ENTRIES SUPPLIED:
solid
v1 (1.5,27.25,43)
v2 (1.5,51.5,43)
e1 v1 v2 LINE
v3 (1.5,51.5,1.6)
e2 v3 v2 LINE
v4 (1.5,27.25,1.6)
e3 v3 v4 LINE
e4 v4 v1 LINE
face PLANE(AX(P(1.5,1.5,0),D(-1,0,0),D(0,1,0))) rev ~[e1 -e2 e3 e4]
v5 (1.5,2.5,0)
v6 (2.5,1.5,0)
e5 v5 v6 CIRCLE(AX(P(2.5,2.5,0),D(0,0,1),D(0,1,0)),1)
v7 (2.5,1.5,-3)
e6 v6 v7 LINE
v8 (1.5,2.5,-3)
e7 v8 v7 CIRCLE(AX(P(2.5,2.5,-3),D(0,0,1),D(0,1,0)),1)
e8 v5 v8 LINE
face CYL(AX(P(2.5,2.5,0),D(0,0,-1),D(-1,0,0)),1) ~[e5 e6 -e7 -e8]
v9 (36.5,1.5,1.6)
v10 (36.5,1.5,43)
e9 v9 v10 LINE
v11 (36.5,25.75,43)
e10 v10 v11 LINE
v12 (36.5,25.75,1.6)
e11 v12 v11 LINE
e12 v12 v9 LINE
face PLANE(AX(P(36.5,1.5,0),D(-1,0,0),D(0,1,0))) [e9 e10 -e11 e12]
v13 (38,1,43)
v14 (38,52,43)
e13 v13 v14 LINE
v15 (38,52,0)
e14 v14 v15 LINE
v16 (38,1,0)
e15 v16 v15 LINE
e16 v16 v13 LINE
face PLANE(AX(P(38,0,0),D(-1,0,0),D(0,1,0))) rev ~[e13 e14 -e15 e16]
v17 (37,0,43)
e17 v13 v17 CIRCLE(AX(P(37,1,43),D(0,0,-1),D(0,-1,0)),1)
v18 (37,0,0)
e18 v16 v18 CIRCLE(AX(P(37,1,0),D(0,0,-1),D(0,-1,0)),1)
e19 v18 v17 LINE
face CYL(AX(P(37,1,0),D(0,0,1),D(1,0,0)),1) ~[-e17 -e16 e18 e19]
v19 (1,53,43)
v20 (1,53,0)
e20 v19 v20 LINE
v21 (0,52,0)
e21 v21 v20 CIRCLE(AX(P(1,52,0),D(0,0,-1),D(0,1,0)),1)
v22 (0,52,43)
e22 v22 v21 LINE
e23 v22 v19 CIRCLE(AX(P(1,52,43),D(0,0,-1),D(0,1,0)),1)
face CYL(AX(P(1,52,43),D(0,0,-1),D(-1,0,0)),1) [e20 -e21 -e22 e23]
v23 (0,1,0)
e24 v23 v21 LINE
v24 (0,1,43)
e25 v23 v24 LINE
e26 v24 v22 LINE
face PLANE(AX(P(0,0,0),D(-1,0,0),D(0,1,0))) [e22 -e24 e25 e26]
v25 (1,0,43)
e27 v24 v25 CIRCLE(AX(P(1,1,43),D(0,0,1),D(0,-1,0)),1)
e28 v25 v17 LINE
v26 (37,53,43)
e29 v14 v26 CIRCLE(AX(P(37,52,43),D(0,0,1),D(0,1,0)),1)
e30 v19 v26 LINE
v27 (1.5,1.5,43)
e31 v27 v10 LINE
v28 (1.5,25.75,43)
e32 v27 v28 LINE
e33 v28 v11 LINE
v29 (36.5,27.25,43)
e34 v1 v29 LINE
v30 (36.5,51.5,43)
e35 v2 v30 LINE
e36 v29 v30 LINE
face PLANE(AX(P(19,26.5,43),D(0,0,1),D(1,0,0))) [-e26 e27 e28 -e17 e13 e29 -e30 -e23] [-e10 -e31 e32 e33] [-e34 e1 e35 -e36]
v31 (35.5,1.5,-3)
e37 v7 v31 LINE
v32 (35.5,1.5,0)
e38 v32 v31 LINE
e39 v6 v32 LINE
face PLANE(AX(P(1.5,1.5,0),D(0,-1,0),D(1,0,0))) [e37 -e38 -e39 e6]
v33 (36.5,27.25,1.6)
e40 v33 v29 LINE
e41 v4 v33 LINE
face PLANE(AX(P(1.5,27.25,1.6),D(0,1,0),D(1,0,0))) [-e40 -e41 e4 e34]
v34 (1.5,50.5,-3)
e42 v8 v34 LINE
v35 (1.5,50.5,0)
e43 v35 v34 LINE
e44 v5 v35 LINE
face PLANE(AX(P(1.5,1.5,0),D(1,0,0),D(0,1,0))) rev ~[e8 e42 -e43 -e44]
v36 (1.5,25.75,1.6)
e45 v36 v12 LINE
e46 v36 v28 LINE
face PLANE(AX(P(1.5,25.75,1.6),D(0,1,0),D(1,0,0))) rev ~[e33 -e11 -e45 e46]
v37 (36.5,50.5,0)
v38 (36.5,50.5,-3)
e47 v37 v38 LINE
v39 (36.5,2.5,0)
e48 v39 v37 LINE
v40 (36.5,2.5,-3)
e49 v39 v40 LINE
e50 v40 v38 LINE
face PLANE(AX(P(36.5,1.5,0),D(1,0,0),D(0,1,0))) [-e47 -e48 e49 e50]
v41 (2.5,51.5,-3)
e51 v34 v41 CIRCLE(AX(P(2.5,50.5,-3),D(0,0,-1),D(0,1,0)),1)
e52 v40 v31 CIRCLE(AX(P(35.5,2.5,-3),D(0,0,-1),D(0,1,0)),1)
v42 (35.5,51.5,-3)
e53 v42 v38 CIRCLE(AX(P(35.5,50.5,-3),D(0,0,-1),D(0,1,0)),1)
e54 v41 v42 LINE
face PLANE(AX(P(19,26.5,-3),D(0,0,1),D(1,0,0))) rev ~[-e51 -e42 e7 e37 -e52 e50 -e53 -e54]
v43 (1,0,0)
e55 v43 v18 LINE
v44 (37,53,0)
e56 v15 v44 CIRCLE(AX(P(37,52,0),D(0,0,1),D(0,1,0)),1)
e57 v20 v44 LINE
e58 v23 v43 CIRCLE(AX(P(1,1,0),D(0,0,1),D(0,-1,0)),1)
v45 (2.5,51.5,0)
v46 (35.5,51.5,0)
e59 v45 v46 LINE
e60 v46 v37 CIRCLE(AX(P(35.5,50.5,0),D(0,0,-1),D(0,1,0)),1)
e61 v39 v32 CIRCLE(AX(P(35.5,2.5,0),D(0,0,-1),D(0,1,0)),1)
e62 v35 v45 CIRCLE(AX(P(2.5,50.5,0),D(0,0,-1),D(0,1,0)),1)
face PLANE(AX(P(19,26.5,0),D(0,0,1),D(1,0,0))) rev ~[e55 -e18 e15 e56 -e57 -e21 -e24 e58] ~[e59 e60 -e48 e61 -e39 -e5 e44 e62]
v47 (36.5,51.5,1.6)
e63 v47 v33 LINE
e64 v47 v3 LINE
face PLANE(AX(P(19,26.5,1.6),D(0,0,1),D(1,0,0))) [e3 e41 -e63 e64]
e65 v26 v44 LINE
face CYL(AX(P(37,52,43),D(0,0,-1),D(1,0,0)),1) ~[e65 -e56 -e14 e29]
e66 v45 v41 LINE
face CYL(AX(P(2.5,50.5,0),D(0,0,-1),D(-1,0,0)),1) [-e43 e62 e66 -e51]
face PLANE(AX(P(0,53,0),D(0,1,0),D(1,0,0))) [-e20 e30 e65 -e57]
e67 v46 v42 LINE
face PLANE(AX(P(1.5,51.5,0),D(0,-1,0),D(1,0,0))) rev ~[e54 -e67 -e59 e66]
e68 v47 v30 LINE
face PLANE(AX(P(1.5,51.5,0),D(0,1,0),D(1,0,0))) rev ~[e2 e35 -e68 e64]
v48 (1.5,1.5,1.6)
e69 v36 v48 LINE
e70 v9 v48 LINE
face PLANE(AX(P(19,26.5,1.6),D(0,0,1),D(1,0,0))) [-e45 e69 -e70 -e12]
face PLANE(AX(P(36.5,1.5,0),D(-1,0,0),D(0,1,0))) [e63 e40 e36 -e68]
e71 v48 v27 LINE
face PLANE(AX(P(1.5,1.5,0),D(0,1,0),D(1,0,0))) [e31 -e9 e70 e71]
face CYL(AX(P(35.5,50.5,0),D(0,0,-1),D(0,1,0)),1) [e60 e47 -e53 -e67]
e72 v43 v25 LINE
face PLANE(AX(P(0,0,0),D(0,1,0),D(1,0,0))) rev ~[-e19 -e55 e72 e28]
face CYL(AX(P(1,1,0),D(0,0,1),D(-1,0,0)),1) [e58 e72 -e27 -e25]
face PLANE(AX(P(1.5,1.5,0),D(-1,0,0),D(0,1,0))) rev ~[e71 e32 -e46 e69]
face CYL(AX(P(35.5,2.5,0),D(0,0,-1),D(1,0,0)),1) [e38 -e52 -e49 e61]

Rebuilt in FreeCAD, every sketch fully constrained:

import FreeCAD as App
import Part
import Sketcher
from FreeCAD import Vector
Q = App.Units.Quantity


def edges_at(feature, points):
    """Names of the edges that pass closest to the given points."""
    edges = feature.Shape.Edges
    near = lambda p: min(range(len(edges)), key=lambda i: edges[i].distToShape(Part.Vertex(*p))[0])
    return sorted({f"Edge{near(p) + 1}" for p in points})


def add_polygon(sketch, points):
    """Adds a closed chain of lines whose ends are joined by coincident constraints."""
    first, n = sketch.GeometryCount, len(points)
    for a, b in zip(points, points[1:] + points[:1]):
        sketch.addGeometry(Part.LineSegment(App.Vector(*a, 0), App.Vector(*b, 0)), False)
    for i in range(n):
        sketch.addConstraint(Sketcher.Constraint("Coincident", first + i, 2, first + (i + 1) % n, 1))

doc = App.newDocument("Part")
params = doc.addObject("Spreadsheet::Sheet", "Params")
for row, (alias, value) in enumerate([
    ("sketch1_width", "35 mm"),
    ("sketch1_height", "50 mm"),
    ("pad1_length", "3 mm"),
    ("sketch2_width", "38 mm"),
    ("sketch2_height", "53 mm"),
    ("pad2_length", "1.6 mm"),
    ("sketch3_width", "38 mm"),
    ("sketch3_width2", "35 mm"),
    ("sketch3_height", "53 mm"),
    ("sketch3_height2", "50 mm"),
    ("pad3_length", "43 mm"),
    ("fillet_radius", "1 mm"),
    ("sketch4_width", "35 mm"),
    ("sketch4_height", "1.5 mm"),
    ("pad4_length", "41.4 mm"),
], start=1):
    params.set(f"A{row}", alias)
    params.set(f"B{row}", "=" + value)
    params.setAlias(f"B{row}", alias)

body = doc.addObject("PartDesign::Body", "Body")

# Sketch on XY plane
sketch1 = doc.addObject("Sketcher::SketchObject", "Sketch")
body.addObject(sketch1)
sketch1.AttachmentSupport = (doc.XY_Plane, [""])
sketch1.MapMode = "FlatFace"
add_polygon(sketch1, [(1.5, 51.5), (1.5, 1.5), (36.5, 1.5), (36.5, 51.5)])  # lines 0-3
sketch1.addConstraint([
    Sketcher.Constraint("Vertical", 0),
    Sketcher.Constraint("Horizontal", 1),
    Sketcher.Constraint("Vertical", 2),
    Sketcher.Constraint("Horizontal", 3),
    Sketcher.Constraint("DistanceX", 1, 1, 1, 2, Q("35 mm")),
    Sketcher.Constraint("DistanceY", 0, 2, 0, 1, Q("50 mm")),
    Sketcher.Constraint("DistanceX", -1, 1, 0, 2, Q("1.5 mm")),
    Sketcher.Constraint("DistanceY", -1, 1, 0, 2, Q("1.5 mm")),
])
sketch1.setExpression("Constraints[8]", "Params.sketch1_width")
sketch1.setExpression("Constraints[9]", "Params.sketch1_height")
pad1 = doc.addObject("PartDesign::Pad", "Pad")
body.addObject(pad1)
pad1.Profile = sketch1
pad1.setExpression("Length", "Params.pad1_length")
pad1.Reversed = True

# Sketch on XY plane
sketch2 = doc.addObject("Sketcher::SketchObject", "Sketch001")
body.addObject(sketch2)
sketch2.AttachmentSupport = (doc.XY_Plane, [""])
sketch2.MapMode = "FlatFace"
add_polygon(sketch2, [(0, 53), (0, 0), (38, 0), (38, 53)])  # lines 0-3
sketch2.addConstraint([
    Sketcher.Constraint("Vertical", 0),
    Sketcher.Constraint("Horizontal", 1),
    Sketcher.Constraint("Vertical", 2),
    Sketcher.Constraint("Horizontal", 3),
    Sketcher.Constraint("Coincident", 0, 2, -1, 1),
    Sketcher.Constraint("DistanceX", 1, 1, 1, 2, Q("38 mm")),
    Sketcher.Constraint("DistanceY", 0, 2, 0, 1, Q("53 mm")),
])
sketch2.setExpression("Constraints[9]", "Params.sketch2_width")
sketch2.setExpression("Constraints[10]", "Params.sketch2_height")
pad2 = doc.addObject("PartDesign::Pad", "Pad001")
body.addObject(pad2)
pad2.Profile = sketch2
pad2.setExpression("Length", "Params.pad2_length")

# Sketch on XY plane
sketch3 = doc.addObject("Sketcher::SketchObject", "Sketch002")
body.addObject(sketch3)
sketch3.AttachmentSupport = (doc.XY_Plane, [""])
sketch3.MapMode = "FlatFace"
add_polygon(sketch3, [(0, 53), (0, 0), (38, 0), (38, 53)])  # lines 0-3
add_polygon(sketch3, [(36.5, 1.5), (1.5, 1.5), (1.5, 51.5), (36.5, 51.5)])  # lines 4-7
sketch3.addConstraint([
    Sketcher.Constraint("Vertical", 0),
    Sketcher.Constraint("Horizontal", 1),
    Sketcher.Constraint("Vertical", 2),
    Sketcher.Constraint("Horizontal", 3),
    Sketcher.Constraint("Horizontal", 4),
    Sketcher.Constraint("Vertical", 5),
    Sketcher.Constraint("Horizontal", 6),
    Sketcher.Constraint("Vertical", 7),
    Sketcher.Constraint("Coincident", 0, 2, -1, 1),
    Sketcher.Constraint("DistanceX", 1, 1, 1, 2, Q("38 mm")),
    Sketcher.Constraint("DistanceX", 4, 2, 4, 1, Q("35 mm")),
    Sketcher.Constraint("DistanceY", 0, 2, 0, 1, Q("53 mm")),
    Sketcher.Constraint("DistanceY", 5, 1, 5, 2, Q("50 mm")),
    Sketcher.Constraint("DistanceX", -1, 1, 4, 2, Q("1.5 mm")),
    Sketcher.Constraint("DistanceY", -1, 1, 4, 2, Q("1.5 mm")),
])
sketch3.setExpression("Constraints[17]", "Params.sketch3_width")
sketch3.setExpression("Constraints[18]", "Params.sketch3_width2")
sketch3.setExpression("Constraints[19]", "Params.sketch3_height")
sketch3.setExpression("Constraints[20]", "Params.sketch3_height2")
pad3 = doc.addObject("PartDesign::Pad", "Pad002")
body.addObject(pad3)
pad3.Profile = sketch3
pad3.setExpression("Length", "Params.pad3_length")
doc.recompute()

fillet = doc.addObject("PartDesign::Fillet", "Fillet")
body.addObject(fillet)
fillet.Base = (pad3, edges_at(pad3, [
    (36.5, 1.5, -1.5),
    (1.5, 1.5, -1.5),
    (1.5, 51.5, -1.5),
    (36.5, 51.5, -1.5),
    (0, 53, 21.5),
    (38, 53, 21.5),
    (0, 0, 21.5),
    (38, 0, 21.5),
]))
fillet.setExpression("Radius", "Params.fillet_radius")

# Sketch on XY plane
sketch4 = doc.addObject("Sketcher::SketchObject", "Sketch003")
body.addObject(sketch4)
sketch4.AttachmentSupport = (doc.XY_Plane, [""])
sketch4.MapMode = "FlatFace"
sketch4.AttachmentOffset = App.Placement(Vector(0, 0, 1.6), App.Rotation())
add_polygon(sketch4, [(1.5, 27.25), (1.5, 25.75), (36.5, 25.75), (36.5, 27.25)])  # lines 0-3
sketch4.addConstraint([
    Sketcher.Constraint("Vertical", 0),
    Sketcher.Constraint("Horizontal", 1),
    Sketcher.Constraint("Vertical", 2),
    Sketcher.Constraint("Horizontal", 3),
    Sketcher.Constraint("DistanceX", 1, 1, 1, 2, Q("35 mm")),
    Sketcher.Constraint("DistanceY", 0, 2, 0, 1, Q("1.5 mm")),
    Sketcher.Constraint("DistanceX", -1, 1, 0, 2, Q("1.5 mm")),
    Sketcher.Constraint("DistanceY", -1, 1, 0, 2, Q("25.75 mm")),
])
sketch4.setExpression("Constraints[8]", "Params.sketch4_width")
sketch4.setExpression("Constraints[9]", "Params.sketch4_height")
pad4 = doc.addObject("PartDesign::Pad", "Pad003")
body.addObject(pad4)
pad4.Profile = sketch4
pad4.setExpression("Length", "Params.pad4_length")

doc.recompute()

TASK BRIEF: Would you copy out exactly the lines above that start at the one containing "e15 v16 v15 LINE" and end at the one containing "v21 (0,52,0)", inclusive?

RESPONSE AREA:
e15 v16 v15 LINE
e16 v16 v13 LINE
face PLANE(AX(P(38,0,0),D(-1,0,0),D(0,1,0))) rev ~[e13 e14 -e15 e16]
v17 (37,0,43)
e17 v13 v17 CIRCLE(AX(P(37,1,43),D(0,0,-1),D(0,-1,0)),1)
v18 (37,0,0)
e18 v16 v18 CIRCLE(AX(P(37,1,0),D(0,0,-1),D(0,-1,0)),1)
e19 v18 v17 LINE
face CYL(AX(P(37,1,0),D(0,0,1),D(1,0,0)),1) ~[-e17 -e16 e18 e19]
v19 (1,53,43)
v20 (1,53,0)
e20 v19 v20 LINE
v21 (0,52,0)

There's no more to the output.